# Frankenstorm is the beginning



## lovin life (Jan 2, 2010)

Nothing cools a lake faster than close to freezing rain. It's the start of a long ice season. Ice gods.....we hail thee. 
posted using Outdoor Hub Campfire


----------



## icebucketjohn (Dec 22, 2005)

Dec 15th has been my "start date" for a good ice season. Eventho last year was a bust, let's hope for EARLY ICE.


----------



## Fish2Win (Jan 21, 2009)

John, where the heck are those perch from? Omg

Outdoor Hub mobile, the outdoor information engine


----------



## laynhardwood (Dec 27, 2009)

Nice mess of fish and we are all hoping your on the money with first ice prediction 2yrs ago I was on it the 17th of December and it was already 7" thick on my private lake 


Outdoor Hub mobile, the outdoor information engine


----------



## Jmsteele187 (Dec 22, 2011)

HOLY BUCKETS!!! Those perch are huge. Where did you get those?

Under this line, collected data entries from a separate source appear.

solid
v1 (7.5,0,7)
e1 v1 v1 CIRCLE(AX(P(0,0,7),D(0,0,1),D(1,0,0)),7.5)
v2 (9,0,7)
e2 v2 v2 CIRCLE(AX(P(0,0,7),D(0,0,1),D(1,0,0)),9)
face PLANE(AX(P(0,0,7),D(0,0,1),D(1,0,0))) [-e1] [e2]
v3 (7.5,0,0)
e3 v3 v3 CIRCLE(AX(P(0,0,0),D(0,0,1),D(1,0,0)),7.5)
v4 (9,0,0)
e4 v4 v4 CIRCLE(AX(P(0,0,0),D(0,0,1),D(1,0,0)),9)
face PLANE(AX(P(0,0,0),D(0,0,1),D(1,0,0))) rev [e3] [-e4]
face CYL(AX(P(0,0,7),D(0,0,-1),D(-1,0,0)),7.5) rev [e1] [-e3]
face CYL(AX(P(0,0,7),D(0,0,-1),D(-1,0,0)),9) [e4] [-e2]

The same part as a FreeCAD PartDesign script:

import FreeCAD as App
import Part
import Sketcher
from FreeCAD import Vector

doc = App.newDocument("Part")
body = doc.addObject("PartDesign::Body", "Body")

# Sketch on XY plane
sketch1 = body.newObject("Sketcher::SketchObject", "Sketch")
sketch1.AttachmentSupport = (doc.getObject("XY_Plane"), [""])
sketch1.MapMode = "FlatFace"
sketch1.addGeometry([
    Part.Circle(Vector(0, 0, 0), Vector(0, 0, 1), 9),
    Part.Circle(Vector(0, 0, 0), Vector(0, 0, 1), 8),
], False)
sketch1.addConstraint([
    Sketcher.Constraint("Coincident", 0, 3, -1, 1),
    Sketcher.Constraint("Coincident", 1, 3, -1, 1),
    Sketcher.Constraint("Diameter", 0, 18.0),
    Sketcher.Constraint("Diameter", 1, 15.0),
])
pad1 = body.newObject("PartDesign::Pad", "Pad")
pad1.Profile = sketch1
pad1.Length = 7

doc.recompute()
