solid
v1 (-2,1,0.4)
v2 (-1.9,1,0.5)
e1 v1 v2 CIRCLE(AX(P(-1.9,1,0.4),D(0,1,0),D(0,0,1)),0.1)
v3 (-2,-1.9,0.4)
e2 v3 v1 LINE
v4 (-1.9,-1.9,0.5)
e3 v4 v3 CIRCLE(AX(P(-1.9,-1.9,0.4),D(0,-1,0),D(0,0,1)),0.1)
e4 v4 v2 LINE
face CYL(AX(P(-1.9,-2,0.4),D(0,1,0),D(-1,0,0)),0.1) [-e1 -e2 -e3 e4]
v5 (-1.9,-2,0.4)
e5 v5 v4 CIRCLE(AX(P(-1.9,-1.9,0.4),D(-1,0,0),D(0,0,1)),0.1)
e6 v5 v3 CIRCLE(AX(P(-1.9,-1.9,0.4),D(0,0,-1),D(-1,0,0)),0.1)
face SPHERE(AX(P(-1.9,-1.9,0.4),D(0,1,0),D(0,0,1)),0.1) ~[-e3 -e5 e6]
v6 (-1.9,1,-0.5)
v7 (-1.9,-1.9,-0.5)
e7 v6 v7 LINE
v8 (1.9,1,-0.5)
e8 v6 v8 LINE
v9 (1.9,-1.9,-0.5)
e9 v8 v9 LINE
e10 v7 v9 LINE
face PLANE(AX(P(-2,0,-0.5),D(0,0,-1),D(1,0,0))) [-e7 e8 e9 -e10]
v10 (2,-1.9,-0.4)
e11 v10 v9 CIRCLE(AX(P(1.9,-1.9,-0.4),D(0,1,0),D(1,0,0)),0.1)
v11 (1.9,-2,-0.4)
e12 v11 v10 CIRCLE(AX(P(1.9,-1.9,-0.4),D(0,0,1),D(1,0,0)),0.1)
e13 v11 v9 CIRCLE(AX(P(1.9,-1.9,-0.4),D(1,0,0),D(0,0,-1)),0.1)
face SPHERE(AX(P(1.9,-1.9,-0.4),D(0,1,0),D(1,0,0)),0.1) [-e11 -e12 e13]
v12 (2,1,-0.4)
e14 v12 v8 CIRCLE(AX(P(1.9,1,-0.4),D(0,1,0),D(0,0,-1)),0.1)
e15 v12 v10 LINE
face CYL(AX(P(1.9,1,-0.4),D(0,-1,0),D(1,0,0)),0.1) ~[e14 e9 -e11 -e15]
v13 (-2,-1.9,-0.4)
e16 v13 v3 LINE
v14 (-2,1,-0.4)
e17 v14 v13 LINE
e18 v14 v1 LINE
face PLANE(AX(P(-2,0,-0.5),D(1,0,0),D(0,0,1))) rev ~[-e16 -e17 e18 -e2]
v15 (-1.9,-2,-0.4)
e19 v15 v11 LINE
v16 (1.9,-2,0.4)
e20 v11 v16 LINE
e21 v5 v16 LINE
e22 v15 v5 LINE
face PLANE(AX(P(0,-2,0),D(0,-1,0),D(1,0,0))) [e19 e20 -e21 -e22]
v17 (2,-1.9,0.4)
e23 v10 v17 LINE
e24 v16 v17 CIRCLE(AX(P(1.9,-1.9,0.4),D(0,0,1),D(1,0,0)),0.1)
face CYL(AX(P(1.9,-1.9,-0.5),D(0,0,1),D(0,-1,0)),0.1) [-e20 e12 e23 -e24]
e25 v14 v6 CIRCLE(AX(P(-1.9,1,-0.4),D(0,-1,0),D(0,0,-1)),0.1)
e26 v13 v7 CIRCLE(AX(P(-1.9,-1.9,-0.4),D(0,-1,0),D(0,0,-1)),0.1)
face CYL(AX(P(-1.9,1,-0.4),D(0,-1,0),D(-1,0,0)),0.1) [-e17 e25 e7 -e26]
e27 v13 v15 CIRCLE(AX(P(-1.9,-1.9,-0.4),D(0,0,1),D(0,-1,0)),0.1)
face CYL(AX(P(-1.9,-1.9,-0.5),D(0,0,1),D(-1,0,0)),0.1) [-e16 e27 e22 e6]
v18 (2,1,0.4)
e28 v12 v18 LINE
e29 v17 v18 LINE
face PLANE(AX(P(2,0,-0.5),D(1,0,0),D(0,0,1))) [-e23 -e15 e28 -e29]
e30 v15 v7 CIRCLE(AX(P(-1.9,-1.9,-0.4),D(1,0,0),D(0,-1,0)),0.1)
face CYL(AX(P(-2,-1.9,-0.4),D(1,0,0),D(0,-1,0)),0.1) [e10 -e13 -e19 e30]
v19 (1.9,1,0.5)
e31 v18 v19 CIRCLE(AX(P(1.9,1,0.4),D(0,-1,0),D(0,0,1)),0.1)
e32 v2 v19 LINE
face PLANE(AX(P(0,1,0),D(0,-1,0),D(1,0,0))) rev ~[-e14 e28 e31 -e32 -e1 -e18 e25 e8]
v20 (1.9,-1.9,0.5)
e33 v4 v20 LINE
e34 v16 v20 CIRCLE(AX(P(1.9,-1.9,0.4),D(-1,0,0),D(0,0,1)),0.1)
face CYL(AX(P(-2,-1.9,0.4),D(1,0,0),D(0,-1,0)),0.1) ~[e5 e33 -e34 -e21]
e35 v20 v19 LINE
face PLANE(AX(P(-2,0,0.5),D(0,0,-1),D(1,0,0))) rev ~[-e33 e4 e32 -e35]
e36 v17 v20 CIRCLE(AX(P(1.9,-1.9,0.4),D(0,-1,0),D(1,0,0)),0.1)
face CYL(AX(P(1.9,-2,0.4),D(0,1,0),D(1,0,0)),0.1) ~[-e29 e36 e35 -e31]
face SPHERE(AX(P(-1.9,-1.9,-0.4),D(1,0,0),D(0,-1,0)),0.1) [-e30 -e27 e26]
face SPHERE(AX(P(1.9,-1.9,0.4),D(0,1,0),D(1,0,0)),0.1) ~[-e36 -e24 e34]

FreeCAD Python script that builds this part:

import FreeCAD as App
import Part
import Sketcher

V = App.Vector
Q = App.Units.Quantity


def edges_at(feature, points):
    """Names of the edges that pass closest to the given points."""
    edges = feature.Shape.Edges
    near = lambda p: min(range(len(edges)), key=lambda i: edges[i].distToShape(Part.Vertex(*p))[0])
    return sorted({f"Edge{near(p) + 1}" for p in points})


def add_polygon(sketch, points):
    """Adds a closed chain of lines whose ends are joined by coincident constraints."""
    first, n = sketch.GeometryCount, len(points)
    for a, b in zip(points, points[1:] + points[:1]):
        sketch.addGeometry(Part.LineSegment(App.Vector(*a, 0), App.Vector(*b, 0)), False)
    for i in range(n):
        sketch.addConstraint(Sketcher.Constraint("Coincident", first + i, 2, first + (i + 1) % n, 1))

doc = App.newDocument("Part")
body = doc.addObject("PartDesign::Body", "Body")

# Sketch on XZ plane
sketch1 = body.newObject("Sketcher::SketchObject", "Sketch")
sketch1.AttachmentSupport = (doc.getObject("XZ_Plane"), [""])
sketch1.MapMode = "FlatFace"
add_polygon(sketch1, [(-2, 0.5), (-2, -0.5), (2, -0.5), (2, 0.5)])  # lines 0-3
sketch1.addConstraint([
    Sketcher.Constraint("Vertical", 0),
    Sketcher.Constraint("Horizontal", 1),
    Sketcher.Constraint("Vertical", 2),
    Sketcher.Constraint("Horizontal", 3),
    Sketcher.Constraint("Symmetric", 0, 2, 2, 2, -1, 1),
    Sketcher.Constraint("DistanceX", 1, 1, 1, 2, Q("4 mm")),
    Sketcher.Constraint("DistanceY", 0, 2, 0, 1, Q("1 mm")),
])
pad1 = body.newObject("PartDesign::Pad", "Pad")
pad1.Profile = sketch1
pad1.Type = "TwoLengths"
pad1.Length = 2
pad1.Length2 = 1
doc.recompute()

fillet = body.newObject("PartDesign::Fillet", "Fillet")
fillet.Base = (pad1, edges_at(pad1, [
    (-2, -0.5, 0.5),
    (2, -0.5, 0.5),
    (2, -0.5, -0.5),
    (2, -2, 0),
    (0, -2, 0.5),
    (0, -2, -0.5),
    (-2, -2, 0),
    (-2, -0.5, -0.5),
]))
fillet.Radius = 0.1

doc.recompute()
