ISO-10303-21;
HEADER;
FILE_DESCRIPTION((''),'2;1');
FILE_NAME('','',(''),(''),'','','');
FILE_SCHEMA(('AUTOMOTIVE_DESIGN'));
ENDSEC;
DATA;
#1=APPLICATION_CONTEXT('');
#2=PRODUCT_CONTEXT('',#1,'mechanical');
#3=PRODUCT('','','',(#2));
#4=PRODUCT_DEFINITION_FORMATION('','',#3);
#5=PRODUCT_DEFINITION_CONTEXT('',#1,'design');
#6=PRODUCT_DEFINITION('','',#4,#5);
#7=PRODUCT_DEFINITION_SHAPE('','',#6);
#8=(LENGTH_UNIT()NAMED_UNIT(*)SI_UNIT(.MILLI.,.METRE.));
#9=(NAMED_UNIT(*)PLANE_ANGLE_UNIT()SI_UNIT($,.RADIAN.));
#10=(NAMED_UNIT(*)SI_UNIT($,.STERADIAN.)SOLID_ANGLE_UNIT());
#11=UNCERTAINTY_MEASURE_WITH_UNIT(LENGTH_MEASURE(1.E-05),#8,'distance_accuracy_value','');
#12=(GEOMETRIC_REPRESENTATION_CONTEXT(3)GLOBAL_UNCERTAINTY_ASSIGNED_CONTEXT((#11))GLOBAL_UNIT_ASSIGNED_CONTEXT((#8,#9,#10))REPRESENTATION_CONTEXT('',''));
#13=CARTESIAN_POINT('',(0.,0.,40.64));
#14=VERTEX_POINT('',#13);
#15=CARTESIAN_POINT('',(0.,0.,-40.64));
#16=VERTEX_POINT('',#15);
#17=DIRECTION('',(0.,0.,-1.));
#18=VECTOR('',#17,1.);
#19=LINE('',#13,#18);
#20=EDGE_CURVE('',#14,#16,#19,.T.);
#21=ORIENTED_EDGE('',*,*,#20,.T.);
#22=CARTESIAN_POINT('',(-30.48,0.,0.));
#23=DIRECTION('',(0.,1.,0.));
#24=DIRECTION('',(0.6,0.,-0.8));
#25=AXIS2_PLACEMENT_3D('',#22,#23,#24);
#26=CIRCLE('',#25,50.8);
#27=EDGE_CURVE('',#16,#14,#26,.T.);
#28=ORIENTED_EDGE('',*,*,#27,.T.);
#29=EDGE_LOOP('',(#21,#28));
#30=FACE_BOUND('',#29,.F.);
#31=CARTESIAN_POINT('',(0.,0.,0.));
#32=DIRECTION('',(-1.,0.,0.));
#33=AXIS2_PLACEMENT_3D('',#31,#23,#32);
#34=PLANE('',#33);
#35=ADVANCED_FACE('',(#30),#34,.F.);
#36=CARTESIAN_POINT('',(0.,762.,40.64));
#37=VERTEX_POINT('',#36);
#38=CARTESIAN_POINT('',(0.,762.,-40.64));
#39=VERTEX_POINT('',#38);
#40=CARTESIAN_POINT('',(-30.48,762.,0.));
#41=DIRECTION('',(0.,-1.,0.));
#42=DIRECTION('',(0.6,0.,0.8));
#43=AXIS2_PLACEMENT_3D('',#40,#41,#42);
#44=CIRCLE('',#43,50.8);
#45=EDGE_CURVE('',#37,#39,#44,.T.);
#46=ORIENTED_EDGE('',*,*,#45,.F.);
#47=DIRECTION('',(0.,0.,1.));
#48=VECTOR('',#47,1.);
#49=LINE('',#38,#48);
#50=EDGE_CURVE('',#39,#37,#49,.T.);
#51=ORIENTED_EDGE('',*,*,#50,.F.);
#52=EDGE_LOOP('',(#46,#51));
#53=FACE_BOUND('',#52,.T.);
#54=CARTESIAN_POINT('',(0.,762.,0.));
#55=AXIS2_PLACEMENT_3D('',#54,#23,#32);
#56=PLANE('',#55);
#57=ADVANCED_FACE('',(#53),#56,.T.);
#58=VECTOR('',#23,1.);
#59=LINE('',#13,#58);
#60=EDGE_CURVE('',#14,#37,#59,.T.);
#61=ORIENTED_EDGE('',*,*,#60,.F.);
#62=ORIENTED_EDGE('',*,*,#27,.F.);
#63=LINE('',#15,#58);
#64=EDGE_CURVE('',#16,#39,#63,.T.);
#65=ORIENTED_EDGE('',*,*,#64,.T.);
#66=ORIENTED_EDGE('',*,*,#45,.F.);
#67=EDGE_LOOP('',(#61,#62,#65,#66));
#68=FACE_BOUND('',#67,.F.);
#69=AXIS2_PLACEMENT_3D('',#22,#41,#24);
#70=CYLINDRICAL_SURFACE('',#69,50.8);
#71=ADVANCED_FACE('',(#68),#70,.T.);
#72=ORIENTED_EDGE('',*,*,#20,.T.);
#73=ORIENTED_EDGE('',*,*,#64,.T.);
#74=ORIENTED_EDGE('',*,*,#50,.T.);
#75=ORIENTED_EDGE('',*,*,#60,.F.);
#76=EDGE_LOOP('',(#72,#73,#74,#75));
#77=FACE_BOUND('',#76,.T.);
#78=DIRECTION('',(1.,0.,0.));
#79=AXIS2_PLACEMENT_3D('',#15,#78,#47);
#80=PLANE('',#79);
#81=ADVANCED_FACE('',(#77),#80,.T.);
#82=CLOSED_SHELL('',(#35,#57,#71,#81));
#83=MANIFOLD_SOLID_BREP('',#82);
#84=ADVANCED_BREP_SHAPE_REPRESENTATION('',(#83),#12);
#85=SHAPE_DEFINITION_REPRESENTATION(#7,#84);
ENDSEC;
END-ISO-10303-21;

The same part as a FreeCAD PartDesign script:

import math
import FreeCAD as App
import Part
import Sketcher
from FreeCAD import Vector
Q = App.Units.Quantity

doc = App.newDocument("Part")
params = doc.addObject("Spreadsheet::Sheet", "Params")
for row, (alias, value) in enumerate([
    ("sketch1_radius", "2 in"),
    ("pad1_length", "30 in"),
], start=1):
    params.set(f"A{row}", alias)
    params.set(f"B{row}", "=" + value)
    params.setAlias(f"B{row}", alias)

body = doc.addObject("PartDesign::Body", "Body")

sketch1 = body.newObject("Sketcher::SketchObject", "Sketch")
sketch1.AttachmentSupport = (doc.getObject("XZ_Plane"), [""])
sketch1.MapMode = "FlatFace"
sketch1.addGeometry(Part.ArcOfCircle(Part.Circle(Vector(-30, 0, 0), Vector(0, 0, 1), 51), math.radians(53), math.radians(307)), False)
sketch1.addGeometry(Part.LineSegment(Vector(0, 41, 0), Vector(0, -41, 0)), False)
sketch1.addConstraint(Sketcher.Constraint("Coincident", 0, 1, 1, 1))
sketch1.addConstraint(Sketcher.Constraint("Coincident", 1, 2, 0, 2))
sketch1.addConstraint(Sketcher.Constraint("Vertical", 1))
sketch1.addConstraint(Sketcher.Constraint("Symmetric", 0, 1, 1, 2, -1, 1))
sketch1.addConstraint(Sketcher.Constraint("Radius", 0, Q("2 in")))
sketch1.addConstraint(Sketcher.Constraint("DistanceX", 0, 3, -1, 1, Q("1.2 in")))
sketch1.setExpression("Constraints[4]", "Params.sketch1_radius")
pad1 = body.newObject("PartDesign::Pad", "Pad")
pad1.Profile = sketch1
pad1.setExpression("Length", "Params.pad1_length")
pad1.Reversed = True

doc.recompute()
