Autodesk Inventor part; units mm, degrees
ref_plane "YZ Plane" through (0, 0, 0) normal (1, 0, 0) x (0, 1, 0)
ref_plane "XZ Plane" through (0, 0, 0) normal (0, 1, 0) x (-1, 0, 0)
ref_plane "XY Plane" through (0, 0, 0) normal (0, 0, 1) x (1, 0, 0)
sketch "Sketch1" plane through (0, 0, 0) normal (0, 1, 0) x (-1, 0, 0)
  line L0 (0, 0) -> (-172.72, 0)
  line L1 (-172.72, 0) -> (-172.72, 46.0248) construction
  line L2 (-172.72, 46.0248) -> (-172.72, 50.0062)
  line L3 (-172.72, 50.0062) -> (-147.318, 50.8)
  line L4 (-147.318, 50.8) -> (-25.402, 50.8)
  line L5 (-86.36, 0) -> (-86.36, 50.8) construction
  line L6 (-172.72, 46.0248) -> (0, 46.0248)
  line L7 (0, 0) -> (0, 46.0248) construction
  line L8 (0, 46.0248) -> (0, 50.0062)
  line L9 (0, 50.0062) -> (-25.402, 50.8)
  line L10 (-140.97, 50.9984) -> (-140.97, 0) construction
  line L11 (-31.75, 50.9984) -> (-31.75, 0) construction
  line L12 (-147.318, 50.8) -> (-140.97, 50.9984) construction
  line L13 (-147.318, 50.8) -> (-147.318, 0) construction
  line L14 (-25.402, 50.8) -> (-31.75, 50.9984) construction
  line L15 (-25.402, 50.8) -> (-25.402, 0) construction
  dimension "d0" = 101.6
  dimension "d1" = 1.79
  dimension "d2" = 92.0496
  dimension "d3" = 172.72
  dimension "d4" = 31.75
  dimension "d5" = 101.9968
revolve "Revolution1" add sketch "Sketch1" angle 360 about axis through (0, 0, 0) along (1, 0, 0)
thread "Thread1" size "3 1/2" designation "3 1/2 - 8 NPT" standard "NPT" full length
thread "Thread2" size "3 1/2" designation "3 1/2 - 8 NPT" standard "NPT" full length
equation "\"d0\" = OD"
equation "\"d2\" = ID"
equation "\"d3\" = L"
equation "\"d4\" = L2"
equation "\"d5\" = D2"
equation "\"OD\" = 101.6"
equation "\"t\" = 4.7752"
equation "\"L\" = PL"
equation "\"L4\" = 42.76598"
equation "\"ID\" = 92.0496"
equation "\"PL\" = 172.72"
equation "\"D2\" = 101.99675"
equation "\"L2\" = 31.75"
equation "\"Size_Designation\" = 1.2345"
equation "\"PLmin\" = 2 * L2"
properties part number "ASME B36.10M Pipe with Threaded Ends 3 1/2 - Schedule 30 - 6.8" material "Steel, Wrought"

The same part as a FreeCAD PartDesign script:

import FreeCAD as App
import Part
import Sketcher
from FreeCAD import Vector
Q = App.Units.Quantity


def add_polygon(sketch, points):
    """Adds a closed chain of lines whose ends are joined by coincident constraints."""
    first, n = sketch.GeometryCount, len(points)
    for a, b in zip(points, points[1:] + points[:1]):
        sketch.addGeometry(Part.LineSegment(App.Vector(*a, 0), App.Vector(*b, 0)), False)
    for i in range(n):
        sketch.addConstraint(Sketcher.Constraint("Coincident", first + i, 2, first + (i + 1) % n, 1))

doc = App.newDocument("Part")
body = doc.addObject("PartDesign::Body", "Body")

# Sketch on XZ plane
sketch1 = doc.addObject("Sketcher::SketchObject", "Sketch")
body.addObject(sketch1)
sketch1.AttachmentSupport = (doc.XZ_Plane, [""])
sketch1.MapMode = "FlatFace"
add_polygon(sketch1, [(172.72, 50.0062), (172.72, 46.0248), (0, 46.0248), (0, 50.0062), (25.402, 50.8), (147.318, 50.8)])  # lines 0-5
sketch1.addConstraint([
    Sketcher.Constraint("Vertical", 0),
    Sketcher.Constraint("Horizontal", 1),
    Sketcher.Constraint("Vertical", 2),
    Sketcher.Constraint("Horizontal", 4),
    Sketcher.Constraint("PointOnObject", 1, 2, -2),
    Sketcher.Constraint("Horizontal", 2, 2, 5, 2),
    Sketcher.Constraint("Equal", 3, 5),
    Sketcher.Constraint("DistanceX", 1, 2, 1, 1, Q("6.8 in")),
    Sketcher.Constraint("Angle", 3, Q("1.79 deg")),
    Sketcher.Constraint("DistanceY", -1, 1, 3, 2, Q("2 in")),
    Sketcher.Constraint("DistanceY", -1, 1, 0, 2, Q("1.812 in")),
    Sketcher.Constraint("DistanceY", -1, 1, 2, 2, Q("1.968748 in")),
])
revolution = doc.addObject("PartDesign::Revolution", "Revolution")
body.addObject(revolution)
revolution.Profile = sketch1
revolution.ReferenceAxis = (sketch1, ["H_Axis"])
revolution.Angle = 360

doc.recompute()
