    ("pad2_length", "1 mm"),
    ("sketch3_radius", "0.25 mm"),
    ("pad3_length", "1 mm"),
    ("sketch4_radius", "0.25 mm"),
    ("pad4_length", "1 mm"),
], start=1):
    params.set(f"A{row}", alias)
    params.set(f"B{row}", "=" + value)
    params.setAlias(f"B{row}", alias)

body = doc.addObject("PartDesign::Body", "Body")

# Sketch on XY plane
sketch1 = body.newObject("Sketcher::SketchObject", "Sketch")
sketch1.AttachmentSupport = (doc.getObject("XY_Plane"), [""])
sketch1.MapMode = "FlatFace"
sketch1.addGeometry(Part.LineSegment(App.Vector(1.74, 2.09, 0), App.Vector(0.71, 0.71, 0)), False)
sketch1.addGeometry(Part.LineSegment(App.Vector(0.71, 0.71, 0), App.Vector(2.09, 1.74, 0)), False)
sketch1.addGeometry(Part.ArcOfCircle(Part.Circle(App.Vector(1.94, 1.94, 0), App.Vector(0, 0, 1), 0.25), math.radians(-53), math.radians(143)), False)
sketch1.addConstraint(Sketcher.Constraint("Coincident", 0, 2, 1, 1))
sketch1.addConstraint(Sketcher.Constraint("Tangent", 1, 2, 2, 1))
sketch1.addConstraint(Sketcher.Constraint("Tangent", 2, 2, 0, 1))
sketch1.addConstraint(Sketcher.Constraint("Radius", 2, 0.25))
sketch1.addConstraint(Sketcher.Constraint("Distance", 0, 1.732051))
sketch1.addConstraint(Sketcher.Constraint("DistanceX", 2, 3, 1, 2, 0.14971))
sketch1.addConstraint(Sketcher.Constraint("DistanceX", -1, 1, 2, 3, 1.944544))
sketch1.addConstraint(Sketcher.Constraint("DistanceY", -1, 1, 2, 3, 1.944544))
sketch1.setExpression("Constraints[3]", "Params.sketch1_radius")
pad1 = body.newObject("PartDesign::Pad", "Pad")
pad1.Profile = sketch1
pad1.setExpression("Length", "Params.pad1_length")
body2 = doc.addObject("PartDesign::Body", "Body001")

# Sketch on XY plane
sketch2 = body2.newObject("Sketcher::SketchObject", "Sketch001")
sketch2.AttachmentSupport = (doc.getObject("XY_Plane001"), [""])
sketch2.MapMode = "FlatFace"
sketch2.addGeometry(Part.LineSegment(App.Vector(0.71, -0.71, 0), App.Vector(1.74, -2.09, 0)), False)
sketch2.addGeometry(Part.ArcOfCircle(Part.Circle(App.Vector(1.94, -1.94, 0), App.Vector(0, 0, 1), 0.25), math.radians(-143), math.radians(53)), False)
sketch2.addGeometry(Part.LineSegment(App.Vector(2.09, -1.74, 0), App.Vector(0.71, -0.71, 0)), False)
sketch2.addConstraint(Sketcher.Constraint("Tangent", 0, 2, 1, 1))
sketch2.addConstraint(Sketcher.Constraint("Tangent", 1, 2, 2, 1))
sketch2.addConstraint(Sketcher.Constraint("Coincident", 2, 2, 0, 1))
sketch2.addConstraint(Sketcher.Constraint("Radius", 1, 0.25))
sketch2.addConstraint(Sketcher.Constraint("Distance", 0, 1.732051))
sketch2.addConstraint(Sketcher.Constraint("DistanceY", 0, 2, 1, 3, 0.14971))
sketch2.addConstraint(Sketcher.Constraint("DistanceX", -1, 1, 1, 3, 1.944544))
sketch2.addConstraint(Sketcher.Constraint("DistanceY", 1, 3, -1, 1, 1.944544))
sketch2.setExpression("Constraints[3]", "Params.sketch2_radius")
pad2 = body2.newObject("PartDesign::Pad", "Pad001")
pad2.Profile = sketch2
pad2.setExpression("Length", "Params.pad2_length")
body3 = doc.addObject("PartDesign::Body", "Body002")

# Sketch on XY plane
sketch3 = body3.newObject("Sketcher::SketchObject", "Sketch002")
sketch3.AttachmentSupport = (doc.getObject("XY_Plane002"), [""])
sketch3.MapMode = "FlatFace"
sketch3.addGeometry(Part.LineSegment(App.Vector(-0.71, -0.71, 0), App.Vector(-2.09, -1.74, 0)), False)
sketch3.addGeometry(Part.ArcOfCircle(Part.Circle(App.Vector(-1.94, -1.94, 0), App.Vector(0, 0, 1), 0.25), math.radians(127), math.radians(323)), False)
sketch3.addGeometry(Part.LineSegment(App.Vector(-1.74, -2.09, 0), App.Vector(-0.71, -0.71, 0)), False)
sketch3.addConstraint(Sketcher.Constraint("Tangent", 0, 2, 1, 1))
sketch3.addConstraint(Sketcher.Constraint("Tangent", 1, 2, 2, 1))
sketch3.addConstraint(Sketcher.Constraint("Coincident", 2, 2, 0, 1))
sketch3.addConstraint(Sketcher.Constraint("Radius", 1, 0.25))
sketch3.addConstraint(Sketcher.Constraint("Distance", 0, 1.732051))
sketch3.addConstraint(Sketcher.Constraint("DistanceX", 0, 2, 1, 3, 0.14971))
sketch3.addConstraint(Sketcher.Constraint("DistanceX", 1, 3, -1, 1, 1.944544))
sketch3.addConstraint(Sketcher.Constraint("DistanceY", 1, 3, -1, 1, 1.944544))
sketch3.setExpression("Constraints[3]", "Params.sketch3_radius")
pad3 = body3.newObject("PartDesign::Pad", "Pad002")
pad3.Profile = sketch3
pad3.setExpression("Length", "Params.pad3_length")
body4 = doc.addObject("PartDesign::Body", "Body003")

Outdoor Hub mobile, the outdoor information engine


----------



## mbarrett1379 (Feb 23, 2012)

Those are like footballs! Your going to have to tell us where you caught those!


----------



## capt j-rod (Feb 14, 2008)

nice catch ibj. fyi you will get alot better info asking if you can fish with someone rather than trying to pry the location of a honey hole. ice fishing is a little different than boat fishing. you release the location and the next day you have 15 new best friends. ibj gives out an ice report and contributes more info than the next three ogfers combined on the ice thread. good to hear from you john. we'll see you out there soon.


----------



## MassillonBuckeye (May 3, 2010)

[email protected] those tubby perch! Holy crap those things look like smallies  Nice! I'm considering trying some ice fishing this year. My uncle gave me a manual auger two years ago.


----------



## lovin life (Jan 2, 2010)

Manual auger....thats a good one.


----------



## capt j-rod (Feb 14, 2008)

gas augers scare fish. 12+ inches i get it. 6" a manual is just fine. i've been on the fish when someone fires their gasser and the bite stops and the vex goes blank. just me i guess


----------



## Fish2Win (Jan 21, 2009)

I don't believe a gas auger scares fish. I've sight fished way to many times where I can see the auger blade come through and the fish don't even budge. The depth range was like 3-5 ft. In 2011 at the midwest open in michigan we had 70-80 two man teams fighting it out on 3 acres of weed beds and the fish never moved or got lock jaw. Just my 0.2 cents

I'm not trying to start any crap. 

Outdoor Hub mobile, the outdoor information engine


----------



## capt j-rod (Feb 14, 2008)

no crap taken lol! erie eyes are a little gun shy. airboats are hard on them too. maybe just me, but it seems to be a pattern. makes for good drinking.


----------



## Jmsteele187 (Dec 22, 2011)

I've been in situations where it seemed like the power auger actually attracted fish. Lake trout seem to be a little curious sometimes.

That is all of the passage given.